雀の精霊が『駆け落ちをしよう』などと話す飛鷹王子と少女の姿を見ていた。それを日向はパーティーの日に聞いていたのだった。
「その時は、まだ非現実的な話だったのだが――」
「自分になびかない鈴を、あのジジイは処刑するっつったんだよ」
まるで見てきたように憎々しげな表情で、日向がその先を引き取った。
「処刑、って……」
早瀬が腰掛けていたソファから立ち上がる。
この国に死刑制度は存在するが、よほどの凶悪犯罪か、王族殺しなど、めったなことでは求刑、執行されない。
王の機嫌を損ねただけで処刑されるなど、前代未聞だ。
いや、もしかすると明るみに出ていないだけでこれまでも秘密裏に行われていたのかもしれない――王族、そして議会への不信が二人の胸に押し寄せた。

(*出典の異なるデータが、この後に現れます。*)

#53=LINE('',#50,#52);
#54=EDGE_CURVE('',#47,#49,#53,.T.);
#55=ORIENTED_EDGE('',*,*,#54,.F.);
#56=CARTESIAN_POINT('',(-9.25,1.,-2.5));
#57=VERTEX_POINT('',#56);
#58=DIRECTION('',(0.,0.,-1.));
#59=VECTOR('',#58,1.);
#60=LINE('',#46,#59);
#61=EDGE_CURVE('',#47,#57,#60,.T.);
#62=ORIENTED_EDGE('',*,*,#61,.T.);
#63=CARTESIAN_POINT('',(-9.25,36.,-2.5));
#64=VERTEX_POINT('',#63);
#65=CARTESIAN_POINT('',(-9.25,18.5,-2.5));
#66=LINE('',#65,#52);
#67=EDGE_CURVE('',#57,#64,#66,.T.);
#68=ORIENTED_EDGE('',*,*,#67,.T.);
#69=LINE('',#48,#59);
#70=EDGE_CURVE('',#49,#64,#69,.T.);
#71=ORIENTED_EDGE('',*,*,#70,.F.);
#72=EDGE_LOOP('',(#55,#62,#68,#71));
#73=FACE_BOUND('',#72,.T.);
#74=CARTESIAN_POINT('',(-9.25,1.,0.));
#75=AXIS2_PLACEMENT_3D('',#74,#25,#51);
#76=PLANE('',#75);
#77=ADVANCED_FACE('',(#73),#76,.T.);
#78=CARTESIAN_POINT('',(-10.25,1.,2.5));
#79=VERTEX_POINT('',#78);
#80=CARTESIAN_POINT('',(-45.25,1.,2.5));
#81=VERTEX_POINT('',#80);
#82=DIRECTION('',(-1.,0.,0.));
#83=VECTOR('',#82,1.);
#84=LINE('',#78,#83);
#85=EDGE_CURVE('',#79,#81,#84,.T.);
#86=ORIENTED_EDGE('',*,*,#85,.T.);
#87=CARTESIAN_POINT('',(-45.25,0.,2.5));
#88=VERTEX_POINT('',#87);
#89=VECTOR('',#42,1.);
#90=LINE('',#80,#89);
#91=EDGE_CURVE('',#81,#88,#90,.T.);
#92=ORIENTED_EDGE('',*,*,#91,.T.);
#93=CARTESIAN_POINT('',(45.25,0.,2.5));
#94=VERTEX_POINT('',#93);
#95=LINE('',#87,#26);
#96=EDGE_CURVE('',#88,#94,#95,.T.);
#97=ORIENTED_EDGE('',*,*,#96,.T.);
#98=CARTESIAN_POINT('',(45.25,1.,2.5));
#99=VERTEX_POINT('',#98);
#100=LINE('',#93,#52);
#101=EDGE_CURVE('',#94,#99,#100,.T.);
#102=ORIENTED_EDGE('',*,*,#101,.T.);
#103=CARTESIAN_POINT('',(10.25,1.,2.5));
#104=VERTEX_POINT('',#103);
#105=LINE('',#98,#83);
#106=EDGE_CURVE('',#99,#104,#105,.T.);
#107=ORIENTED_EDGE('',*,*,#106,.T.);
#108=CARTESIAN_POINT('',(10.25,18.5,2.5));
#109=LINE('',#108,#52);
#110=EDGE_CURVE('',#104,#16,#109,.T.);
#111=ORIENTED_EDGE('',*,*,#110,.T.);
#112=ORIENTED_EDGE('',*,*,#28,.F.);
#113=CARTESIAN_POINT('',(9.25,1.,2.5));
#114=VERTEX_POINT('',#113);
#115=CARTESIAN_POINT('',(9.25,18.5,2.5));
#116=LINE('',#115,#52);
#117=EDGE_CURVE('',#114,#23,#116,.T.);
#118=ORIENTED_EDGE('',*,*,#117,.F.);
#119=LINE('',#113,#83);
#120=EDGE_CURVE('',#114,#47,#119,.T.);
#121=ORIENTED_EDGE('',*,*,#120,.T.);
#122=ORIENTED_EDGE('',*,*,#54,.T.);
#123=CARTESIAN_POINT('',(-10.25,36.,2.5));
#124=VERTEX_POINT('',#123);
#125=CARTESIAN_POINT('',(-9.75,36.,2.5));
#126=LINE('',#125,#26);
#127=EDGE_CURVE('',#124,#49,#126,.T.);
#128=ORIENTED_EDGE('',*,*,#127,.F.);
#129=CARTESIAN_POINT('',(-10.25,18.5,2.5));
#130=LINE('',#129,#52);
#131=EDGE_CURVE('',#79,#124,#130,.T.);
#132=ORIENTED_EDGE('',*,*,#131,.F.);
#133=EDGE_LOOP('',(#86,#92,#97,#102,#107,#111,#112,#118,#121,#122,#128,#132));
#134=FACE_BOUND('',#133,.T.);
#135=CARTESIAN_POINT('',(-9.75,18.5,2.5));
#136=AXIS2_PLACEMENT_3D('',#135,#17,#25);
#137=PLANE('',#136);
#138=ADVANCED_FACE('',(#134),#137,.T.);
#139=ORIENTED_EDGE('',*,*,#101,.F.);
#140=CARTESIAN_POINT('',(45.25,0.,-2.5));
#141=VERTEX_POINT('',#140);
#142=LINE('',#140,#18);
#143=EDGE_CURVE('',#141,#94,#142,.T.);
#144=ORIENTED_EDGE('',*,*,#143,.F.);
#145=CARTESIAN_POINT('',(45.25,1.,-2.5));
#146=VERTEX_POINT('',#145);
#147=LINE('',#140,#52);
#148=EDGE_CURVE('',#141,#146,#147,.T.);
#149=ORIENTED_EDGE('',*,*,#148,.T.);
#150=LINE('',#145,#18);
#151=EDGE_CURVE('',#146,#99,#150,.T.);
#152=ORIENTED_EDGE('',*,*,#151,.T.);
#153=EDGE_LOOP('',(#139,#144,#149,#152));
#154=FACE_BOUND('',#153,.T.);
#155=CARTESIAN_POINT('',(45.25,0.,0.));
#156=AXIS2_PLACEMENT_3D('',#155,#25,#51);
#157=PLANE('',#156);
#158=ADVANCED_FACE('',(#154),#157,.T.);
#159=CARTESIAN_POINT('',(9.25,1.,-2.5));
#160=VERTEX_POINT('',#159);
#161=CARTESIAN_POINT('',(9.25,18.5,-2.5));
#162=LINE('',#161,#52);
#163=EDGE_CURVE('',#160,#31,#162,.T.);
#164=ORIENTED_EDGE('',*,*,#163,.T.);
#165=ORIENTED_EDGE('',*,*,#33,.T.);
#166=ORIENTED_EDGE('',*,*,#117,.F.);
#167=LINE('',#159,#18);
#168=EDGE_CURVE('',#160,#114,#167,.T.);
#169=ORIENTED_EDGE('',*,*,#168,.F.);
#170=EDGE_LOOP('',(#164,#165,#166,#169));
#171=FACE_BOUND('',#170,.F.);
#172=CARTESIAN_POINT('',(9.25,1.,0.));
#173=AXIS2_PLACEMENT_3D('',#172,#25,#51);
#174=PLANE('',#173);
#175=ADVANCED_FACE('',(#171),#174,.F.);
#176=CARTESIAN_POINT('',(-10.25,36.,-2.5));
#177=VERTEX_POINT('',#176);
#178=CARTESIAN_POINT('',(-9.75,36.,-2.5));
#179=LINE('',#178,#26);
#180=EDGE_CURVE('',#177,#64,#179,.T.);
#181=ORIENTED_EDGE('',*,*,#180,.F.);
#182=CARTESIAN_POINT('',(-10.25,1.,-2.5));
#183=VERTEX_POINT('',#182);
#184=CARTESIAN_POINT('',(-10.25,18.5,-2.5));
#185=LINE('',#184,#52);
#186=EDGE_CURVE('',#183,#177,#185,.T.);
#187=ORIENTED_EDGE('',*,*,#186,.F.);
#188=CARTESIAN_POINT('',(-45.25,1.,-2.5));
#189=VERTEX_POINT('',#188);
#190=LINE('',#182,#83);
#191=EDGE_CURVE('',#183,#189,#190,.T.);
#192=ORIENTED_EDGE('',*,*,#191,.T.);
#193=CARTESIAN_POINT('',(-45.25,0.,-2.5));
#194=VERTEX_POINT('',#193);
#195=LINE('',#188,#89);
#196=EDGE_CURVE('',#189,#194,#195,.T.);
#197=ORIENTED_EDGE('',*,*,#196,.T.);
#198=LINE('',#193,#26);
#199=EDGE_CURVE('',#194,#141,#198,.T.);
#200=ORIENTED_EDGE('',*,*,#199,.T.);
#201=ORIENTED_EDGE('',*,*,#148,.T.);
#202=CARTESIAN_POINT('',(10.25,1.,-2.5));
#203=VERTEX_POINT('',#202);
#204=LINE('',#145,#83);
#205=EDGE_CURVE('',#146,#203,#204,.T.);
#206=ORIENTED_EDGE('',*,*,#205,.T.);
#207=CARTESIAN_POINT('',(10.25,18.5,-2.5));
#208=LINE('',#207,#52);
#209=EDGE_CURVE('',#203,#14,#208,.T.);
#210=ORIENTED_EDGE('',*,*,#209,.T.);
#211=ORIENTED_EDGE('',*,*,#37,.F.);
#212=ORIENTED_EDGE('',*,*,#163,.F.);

「命だ。まして、愛する者の命だ。それと計りにかけて、優先すべきものなど私には持っていない。王位継承権も、鈴の命に比べれば」
真っ直ぐに早瀬を見つめ訴える飛鷹王子。
その思いに、早瀬が共感できないはずがなかった。
そしてそれは、日夏も同じだ。
「命より重いものなんてないと、わたしも思う。――だけど、どうしてわたしたちのところへ……?」
話しながら思い出したように、日夏は尋ねる。